II. Andante molto mosso
This movement, titled by Beethoven "By the brook," is held to be one of Beethoven's most beautiful and serene compositions. It is in a 12/8 meter and the key is B flat major, the subdominant of the main key of the work, and is in sonata form.
At the opening the strings play a motif that clearly imitates flowing water. The cello section is divided, with just two players playing the flowing-water notes on muted instruments, with the remaining cellos playing mostly pizzicato notes together with the double basses.
Toward the end of the movement, in the coda that begins at measure 124, there is a cadenza for three woodwind instruments that imitates bird calls at measure 130. Beethoven helpfully identified the bird species in the score: nightingale (flute), quail (oboe), and cuckoo (clarinet).
III. Allegro
This is a scherzo, which depicts country folk dancing and reveling.
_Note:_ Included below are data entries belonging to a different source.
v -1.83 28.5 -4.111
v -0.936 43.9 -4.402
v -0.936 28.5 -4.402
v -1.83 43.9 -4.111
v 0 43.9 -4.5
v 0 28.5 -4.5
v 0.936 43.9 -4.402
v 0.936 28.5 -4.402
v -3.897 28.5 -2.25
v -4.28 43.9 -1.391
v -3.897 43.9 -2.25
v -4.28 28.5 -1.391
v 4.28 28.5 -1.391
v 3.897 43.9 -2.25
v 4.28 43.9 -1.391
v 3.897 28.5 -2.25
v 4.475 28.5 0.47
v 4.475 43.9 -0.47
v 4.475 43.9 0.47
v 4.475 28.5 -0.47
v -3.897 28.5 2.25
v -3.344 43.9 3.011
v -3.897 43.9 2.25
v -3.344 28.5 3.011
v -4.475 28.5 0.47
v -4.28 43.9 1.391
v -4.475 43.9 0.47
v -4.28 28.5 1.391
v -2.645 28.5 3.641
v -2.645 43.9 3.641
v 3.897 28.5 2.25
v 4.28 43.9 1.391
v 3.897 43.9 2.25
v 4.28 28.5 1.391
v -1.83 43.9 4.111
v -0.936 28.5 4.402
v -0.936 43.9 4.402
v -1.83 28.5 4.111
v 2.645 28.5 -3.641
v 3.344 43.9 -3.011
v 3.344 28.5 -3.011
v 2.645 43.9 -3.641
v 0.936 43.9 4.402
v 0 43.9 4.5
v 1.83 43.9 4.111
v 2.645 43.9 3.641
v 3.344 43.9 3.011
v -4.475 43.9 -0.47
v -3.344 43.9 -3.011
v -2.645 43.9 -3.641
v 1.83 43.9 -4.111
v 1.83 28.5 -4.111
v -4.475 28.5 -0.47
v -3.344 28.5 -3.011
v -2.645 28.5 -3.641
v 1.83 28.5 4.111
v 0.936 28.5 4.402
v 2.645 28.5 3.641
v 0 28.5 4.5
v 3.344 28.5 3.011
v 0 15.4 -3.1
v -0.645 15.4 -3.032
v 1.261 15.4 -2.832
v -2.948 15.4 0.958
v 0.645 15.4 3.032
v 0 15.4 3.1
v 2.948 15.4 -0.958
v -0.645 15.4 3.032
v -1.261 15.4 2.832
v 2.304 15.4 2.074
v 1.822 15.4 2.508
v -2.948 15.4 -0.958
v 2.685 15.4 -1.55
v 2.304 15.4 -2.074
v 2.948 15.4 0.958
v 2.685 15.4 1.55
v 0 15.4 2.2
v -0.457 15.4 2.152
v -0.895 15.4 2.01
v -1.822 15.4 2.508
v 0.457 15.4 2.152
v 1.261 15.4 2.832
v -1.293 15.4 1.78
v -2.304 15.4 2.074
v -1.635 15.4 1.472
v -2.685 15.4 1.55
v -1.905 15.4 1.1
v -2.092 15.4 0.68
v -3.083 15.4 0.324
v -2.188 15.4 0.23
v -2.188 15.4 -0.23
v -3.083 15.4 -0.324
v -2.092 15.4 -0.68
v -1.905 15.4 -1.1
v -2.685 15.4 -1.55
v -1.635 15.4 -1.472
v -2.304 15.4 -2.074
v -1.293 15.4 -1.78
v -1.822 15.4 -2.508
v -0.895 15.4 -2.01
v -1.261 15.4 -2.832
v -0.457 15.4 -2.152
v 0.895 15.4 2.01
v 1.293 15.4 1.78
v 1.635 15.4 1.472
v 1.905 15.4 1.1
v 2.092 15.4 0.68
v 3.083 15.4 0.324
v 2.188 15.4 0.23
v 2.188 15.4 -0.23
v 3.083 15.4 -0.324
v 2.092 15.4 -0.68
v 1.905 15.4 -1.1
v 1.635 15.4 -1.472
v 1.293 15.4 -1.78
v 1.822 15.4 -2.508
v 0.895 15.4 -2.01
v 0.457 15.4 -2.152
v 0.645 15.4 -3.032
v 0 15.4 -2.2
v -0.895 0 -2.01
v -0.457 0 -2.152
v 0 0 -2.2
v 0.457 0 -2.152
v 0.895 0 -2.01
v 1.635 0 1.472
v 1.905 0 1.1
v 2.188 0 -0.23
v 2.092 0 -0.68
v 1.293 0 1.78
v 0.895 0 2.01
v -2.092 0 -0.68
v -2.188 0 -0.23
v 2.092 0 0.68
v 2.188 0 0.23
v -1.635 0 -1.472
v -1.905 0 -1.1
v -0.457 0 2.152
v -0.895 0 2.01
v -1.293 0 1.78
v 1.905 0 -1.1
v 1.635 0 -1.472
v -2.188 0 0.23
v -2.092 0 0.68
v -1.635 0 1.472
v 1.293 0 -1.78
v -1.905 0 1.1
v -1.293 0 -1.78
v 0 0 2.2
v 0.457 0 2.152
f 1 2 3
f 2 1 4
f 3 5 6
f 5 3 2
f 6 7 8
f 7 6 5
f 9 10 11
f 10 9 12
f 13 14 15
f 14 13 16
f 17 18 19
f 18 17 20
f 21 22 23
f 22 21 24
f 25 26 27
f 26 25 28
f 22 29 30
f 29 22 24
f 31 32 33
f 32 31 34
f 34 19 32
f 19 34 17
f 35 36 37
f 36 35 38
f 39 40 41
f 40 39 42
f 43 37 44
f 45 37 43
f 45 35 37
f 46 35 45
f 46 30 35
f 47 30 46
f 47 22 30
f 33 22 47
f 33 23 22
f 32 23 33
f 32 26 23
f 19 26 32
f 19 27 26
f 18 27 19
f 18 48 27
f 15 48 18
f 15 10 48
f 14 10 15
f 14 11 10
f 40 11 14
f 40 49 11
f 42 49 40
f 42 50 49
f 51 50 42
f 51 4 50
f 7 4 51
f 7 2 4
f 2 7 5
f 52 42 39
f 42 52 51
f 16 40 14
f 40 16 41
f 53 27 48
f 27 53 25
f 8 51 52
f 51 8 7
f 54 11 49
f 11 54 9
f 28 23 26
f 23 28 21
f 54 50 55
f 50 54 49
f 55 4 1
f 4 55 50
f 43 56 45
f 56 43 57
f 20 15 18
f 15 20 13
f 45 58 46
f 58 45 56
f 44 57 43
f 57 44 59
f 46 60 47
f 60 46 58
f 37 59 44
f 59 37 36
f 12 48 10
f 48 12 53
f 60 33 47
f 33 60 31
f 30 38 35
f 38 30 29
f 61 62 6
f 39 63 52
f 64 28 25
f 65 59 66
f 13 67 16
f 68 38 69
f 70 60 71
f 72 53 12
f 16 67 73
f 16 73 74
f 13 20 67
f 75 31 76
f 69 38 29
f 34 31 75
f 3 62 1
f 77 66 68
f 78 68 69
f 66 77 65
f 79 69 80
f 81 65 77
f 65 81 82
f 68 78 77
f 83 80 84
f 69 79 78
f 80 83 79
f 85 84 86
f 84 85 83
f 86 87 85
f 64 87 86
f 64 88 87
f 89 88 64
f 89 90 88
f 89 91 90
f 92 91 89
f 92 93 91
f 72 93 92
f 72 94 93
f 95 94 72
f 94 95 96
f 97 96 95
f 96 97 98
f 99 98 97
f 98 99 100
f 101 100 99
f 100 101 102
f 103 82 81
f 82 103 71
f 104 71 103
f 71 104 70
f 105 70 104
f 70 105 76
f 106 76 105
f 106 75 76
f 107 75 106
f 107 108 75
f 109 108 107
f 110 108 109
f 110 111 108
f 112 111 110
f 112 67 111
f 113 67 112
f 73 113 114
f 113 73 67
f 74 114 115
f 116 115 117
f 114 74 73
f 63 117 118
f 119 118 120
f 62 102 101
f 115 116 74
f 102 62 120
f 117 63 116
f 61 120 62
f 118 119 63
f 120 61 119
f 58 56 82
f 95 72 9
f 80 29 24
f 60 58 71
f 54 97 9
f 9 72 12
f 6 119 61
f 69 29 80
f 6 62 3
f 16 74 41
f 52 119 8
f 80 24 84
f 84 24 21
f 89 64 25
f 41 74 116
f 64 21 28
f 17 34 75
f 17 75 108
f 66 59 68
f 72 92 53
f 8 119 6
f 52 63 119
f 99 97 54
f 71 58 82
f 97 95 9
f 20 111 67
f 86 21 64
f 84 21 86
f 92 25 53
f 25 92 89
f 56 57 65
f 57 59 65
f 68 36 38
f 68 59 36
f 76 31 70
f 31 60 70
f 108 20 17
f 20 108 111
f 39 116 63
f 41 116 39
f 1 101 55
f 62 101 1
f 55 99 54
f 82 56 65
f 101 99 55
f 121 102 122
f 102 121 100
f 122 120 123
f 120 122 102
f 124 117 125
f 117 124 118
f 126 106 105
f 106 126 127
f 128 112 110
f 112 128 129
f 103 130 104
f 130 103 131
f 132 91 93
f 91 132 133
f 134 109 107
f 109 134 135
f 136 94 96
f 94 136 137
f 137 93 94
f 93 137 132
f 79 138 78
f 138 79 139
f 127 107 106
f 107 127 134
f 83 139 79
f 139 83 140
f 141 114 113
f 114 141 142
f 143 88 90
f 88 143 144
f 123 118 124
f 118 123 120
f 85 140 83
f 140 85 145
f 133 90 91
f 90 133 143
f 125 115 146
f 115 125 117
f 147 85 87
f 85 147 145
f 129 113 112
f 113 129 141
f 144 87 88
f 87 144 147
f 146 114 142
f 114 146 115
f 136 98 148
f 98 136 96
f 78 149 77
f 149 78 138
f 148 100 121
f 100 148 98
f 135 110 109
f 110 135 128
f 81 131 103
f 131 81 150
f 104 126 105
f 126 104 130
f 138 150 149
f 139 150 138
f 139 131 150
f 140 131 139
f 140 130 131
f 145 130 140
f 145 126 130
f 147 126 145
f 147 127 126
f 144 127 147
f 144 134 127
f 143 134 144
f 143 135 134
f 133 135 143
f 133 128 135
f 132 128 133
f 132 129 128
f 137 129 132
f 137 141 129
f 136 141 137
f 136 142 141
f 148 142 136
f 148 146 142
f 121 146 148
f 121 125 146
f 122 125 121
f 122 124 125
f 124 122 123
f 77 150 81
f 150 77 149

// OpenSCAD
//Radius = 63.3
//Gap between cables = 4.5
//Distance to middle = 34.6
//Width of cables = 22
// Top of cables = 10.5
//Depth of cavity = 19
$fs=0.01;
module cable1(){
    sec1_len = 15.4;
    translate([0,0 , 15.4+13.1]){cylinder(15.4,4.5,4.5);};
    translate([0,0 , 15.4]){cylinder(13.1, 3.1, 4.5);};
    {cylinder(20, 2.2, 2.2);};
};
difference(){
    //cylinder(19, 31.65, 30.65);
    //translate([-50,2.95,0]){cube([100,100,100]);};
};
rotate([0,90,90]){
cable1();
};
It is in F major, returning to the main key of the symphony.
The form of the movement is an altered version of the usual form for scherzi, in that the trio appears twice rather than just once, and the third appearance of the scherzo theme is truncated. Perhaps to accommodate this rather spacious arrangement, Beethoven did not mark the usual internal repeats of the scherzo and the trio. Theodor Adorno identifies this scherzo as the model for the scherzos by Anton Bruckner.
At one point in the movement Beethoven uses a melody that sounds vaguely like a quotation from the folk song "Zu Lauterbach".
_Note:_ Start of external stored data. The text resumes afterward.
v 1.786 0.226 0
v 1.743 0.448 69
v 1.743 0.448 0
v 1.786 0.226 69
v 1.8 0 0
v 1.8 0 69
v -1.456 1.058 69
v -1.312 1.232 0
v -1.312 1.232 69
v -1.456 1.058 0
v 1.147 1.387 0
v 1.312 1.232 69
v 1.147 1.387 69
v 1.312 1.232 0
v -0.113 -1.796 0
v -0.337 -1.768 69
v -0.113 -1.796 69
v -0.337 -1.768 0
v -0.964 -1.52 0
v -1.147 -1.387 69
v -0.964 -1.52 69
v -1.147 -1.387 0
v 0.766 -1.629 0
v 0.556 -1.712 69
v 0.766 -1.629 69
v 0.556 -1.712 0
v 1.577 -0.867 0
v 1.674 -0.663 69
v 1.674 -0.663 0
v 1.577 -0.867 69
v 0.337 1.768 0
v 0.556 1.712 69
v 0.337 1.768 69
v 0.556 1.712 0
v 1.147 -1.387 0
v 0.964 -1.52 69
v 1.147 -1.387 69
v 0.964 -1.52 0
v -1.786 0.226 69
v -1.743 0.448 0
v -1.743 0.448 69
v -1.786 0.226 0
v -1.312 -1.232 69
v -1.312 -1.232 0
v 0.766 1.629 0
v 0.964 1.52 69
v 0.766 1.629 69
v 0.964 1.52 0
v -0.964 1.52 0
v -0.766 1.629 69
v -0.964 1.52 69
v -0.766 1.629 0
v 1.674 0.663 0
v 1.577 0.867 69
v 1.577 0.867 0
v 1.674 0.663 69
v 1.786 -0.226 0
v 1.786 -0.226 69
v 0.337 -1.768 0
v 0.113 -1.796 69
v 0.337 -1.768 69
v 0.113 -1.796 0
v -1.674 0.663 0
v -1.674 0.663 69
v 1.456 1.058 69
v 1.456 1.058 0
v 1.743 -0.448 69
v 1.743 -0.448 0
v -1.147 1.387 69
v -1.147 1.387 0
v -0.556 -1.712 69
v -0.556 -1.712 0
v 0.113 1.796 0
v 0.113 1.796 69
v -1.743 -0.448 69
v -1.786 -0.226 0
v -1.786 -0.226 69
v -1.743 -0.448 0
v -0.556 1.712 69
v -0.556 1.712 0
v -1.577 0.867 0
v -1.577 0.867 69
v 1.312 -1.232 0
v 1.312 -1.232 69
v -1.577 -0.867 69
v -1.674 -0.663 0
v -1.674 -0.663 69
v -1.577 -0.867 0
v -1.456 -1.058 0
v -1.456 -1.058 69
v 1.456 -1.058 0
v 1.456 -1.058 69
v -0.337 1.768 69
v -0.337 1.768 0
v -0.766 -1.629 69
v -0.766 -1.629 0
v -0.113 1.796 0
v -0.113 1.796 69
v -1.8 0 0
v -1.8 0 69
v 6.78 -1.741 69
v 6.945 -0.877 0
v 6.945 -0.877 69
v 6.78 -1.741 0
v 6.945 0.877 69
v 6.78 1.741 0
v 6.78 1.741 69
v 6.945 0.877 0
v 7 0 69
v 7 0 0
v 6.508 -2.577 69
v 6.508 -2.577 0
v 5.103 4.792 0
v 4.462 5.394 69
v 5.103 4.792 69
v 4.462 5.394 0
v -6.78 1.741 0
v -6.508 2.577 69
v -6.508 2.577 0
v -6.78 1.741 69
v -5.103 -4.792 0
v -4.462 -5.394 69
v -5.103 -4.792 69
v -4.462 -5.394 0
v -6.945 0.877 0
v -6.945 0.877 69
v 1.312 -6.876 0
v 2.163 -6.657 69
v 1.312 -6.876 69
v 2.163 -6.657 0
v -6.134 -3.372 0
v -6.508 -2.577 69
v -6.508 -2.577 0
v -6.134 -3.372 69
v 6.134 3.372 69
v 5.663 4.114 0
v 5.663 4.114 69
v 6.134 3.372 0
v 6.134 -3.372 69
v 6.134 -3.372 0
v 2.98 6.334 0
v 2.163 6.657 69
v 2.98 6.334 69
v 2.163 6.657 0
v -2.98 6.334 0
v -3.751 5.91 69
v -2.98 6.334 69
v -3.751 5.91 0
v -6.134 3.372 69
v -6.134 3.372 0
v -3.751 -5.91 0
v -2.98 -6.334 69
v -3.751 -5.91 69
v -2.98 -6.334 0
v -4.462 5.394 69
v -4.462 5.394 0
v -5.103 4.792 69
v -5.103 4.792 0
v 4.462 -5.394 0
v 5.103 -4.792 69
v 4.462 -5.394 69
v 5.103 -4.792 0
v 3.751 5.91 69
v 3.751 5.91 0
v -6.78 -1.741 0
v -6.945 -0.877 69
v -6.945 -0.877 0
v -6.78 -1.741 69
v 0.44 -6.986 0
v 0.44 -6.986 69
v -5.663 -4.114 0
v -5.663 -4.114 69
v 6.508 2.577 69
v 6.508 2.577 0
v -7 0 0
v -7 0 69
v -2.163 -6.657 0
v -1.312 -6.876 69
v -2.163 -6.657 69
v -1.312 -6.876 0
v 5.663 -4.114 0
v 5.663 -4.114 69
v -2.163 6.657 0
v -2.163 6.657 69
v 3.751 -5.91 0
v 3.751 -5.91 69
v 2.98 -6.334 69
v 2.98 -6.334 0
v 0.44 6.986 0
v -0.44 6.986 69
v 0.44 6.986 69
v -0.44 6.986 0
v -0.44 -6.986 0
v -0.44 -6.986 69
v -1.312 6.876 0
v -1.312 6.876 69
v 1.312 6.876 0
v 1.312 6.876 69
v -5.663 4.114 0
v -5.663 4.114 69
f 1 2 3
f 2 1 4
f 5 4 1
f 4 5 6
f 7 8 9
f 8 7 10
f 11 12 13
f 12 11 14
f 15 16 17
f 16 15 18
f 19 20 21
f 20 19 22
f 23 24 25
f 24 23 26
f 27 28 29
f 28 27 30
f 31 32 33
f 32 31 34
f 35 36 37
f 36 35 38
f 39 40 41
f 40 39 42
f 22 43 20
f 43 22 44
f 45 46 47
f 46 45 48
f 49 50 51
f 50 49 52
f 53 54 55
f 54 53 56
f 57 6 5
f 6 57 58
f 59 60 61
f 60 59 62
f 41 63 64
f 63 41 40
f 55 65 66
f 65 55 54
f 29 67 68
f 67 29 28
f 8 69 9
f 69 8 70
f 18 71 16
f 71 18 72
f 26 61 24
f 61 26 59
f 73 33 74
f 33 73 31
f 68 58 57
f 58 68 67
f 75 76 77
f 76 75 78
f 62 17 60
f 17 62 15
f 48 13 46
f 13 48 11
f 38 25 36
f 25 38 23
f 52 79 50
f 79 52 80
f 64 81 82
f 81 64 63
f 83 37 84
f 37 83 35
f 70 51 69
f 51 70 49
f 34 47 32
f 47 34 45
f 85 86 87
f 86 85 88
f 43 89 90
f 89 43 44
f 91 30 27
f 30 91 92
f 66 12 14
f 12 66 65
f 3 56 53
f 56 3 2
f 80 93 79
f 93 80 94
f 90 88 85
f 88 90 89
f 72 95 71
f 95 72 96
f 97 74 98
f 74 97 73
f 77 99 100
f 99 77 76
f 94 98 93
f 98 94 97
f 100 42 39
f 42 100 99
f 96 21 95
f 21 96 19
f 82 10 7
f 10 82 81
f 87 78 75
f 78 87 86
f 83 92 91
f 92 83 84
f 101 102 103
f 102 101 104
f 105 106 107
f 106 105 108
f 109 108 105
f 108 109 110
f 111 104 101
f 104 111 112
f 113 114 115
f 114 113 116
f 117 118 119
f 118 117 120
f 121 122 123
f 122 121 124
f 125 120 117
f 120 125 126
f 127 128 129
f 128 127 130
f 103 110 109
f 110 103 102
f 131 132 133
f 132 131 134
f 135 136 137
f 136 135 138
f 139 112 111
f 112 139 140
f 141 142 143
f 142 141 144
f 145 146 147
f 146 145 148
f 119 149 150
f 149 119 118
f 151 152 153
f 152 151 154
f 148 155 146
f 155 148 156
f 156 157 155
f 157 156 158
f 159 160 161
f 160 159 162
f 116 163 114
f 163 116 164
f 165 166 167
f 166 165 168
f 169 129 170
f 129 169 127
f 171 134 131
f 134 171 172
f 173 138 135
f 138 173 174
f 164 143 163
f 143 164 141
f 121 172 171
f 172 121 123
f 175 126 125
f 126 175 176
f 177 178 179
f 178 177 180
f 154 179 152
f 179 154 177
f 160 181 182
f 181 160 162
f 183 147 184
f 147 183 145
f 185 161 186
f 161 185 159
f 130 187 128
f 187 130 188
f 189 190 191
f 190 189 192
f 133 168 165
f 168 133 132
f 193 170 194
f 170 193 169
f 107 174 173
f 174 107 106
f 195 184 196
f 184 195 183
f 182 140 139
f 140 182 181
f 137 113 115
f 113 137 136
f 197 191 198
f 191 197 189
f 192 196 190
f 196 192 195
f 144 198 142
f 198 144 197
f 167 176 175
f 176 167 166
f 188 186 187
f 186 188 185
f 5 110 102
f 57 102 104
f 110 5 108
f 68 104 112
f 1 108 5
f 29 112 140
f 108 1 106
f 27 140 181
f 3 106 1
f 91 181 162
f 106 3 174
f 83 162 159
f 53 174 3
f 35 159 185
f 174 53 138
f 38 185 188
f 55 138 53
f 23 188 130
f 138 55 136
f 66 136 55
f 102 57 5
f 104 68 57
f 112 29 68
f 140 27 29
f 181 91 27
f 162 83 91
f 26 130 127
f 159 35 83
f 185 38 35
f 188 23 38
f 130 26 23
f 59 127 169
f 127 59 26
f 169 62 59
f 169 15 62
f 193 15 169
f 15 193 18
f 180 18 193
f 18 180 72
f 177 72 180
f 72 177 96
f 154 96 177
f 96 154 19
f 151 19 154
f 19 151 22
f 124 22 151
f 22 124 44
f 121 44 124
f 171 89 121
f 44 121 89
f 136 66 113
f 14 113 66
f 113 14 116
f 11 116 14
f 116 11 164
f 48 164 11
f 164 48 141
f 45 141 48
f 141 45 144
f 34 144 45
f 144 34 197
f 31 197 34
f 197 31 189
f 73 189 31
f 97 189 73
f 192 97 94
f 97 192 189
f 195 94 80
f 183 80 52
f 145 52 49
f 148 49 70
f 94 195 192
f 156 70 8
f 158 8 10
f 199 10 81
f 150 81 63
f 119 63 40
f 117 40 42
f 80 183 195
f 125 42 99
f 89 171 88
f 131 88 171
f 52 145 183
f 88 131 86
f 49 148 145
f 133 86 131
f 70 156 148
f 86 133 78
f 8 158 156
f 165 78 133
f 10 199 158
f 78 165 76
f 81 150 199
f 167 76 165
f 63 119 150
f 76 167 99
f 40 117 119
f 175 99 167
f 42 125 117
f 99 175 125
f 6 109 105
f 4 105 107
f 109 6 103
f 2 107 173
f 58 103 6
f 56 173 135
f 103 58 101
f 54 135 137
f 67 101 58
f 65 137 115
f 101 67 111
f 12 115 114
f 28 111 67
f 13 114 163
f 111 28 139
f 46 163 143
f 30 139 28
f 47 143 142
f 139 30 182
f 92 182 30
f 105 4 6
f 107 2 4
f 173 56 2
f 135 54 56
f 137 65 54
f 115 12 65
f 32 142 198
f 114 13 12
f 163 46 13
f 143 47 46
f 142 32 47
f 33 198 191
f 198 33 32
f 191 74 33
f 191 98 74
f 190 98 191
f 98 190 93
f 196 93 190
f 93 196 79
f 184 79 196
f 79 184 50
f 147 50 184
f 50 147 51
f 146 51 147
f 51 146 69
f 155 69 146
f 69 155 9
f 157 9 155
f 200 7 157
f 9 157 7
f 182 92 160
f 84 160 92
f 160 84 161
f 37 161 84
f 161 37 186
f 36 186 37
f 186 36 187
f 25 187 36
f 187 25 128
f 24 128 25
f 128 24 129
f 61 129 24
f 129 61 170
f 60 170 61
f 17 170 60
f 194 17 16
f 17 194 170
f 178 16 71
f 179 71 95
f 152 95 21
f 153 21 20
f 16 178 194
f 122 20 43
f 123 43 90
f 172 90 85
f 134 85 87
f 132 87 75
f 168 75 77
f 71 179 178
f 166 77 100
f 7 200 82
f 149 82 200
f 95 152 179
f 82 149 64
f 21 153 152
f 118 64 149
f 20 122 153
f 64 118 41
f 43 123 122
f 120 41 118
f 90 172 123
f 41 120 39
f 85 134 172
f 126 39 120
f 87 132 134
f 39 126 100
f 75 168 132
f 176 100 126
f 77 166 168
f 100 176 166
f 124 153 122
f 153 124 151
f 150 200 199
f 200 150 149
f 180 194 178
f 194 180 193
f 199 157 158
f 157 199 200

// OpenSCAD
$fn = 50;


difference() {
	union() {
		cylinder(h = 69, r = 7.0000000000);
	}
	union() {
		translate(v = [0, 0, -100]) {
			cylinder(h = 200, r = 1.8000000000);
		}
		translate(v = [0, 0, -100]) {
			cylinder(h = 200, r = 1.8000000000);
		}
	}
}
The final return of Scherzo conveys a riotous atmosphere with a faster tempo. The movement ends abruptly, leading without a pause into the fourth movement.
IV. Allegro
The fourth movement, in F minor, depicts a violent thunderstorm with painstaking realism, building from just a few drops of rain to a great climax with thunder, lightning, high winds, and sheets of rain. The storm eventually passes, with an occasional peal of thunder still heard in the distance. There is a seamless transition into the final movement.
This movement parallels Mozart's procedure in his String Quintet in G minor K. 516 of (1787), which likewise prefaces a serene final movement with a long, emotionally stormy introduction.
V. Allegretto
The finale is in F major and is in 6/8 time. The movement is written in sonata rondo form, meaning that the main theme appears in the tonic key at the beginning of the development as well as the exposition and the recapitulation. Like many classical finales, this movement emphasizes a symmetrical eight-bar theme, in this case representing the shepherds' song of thanksgiving. The mood throughout is unmistakably joyful.
The coda, which Antony Hopkins has called "arguably the finest music of the whole symphony," starts quietly and gradually builds to an ecstatic culmination for the full orchestra (minus "storm instruments"), with the first violins playing very rapid triplet tremolo at the top of their range. There follows a fervent passage suggestive of prayer, marked by Beethoven "pianissimo, sotto voce"; most conductors slow the tempo for this passage. After a brief period of afterglow, the work ends with two emphatic F major chords.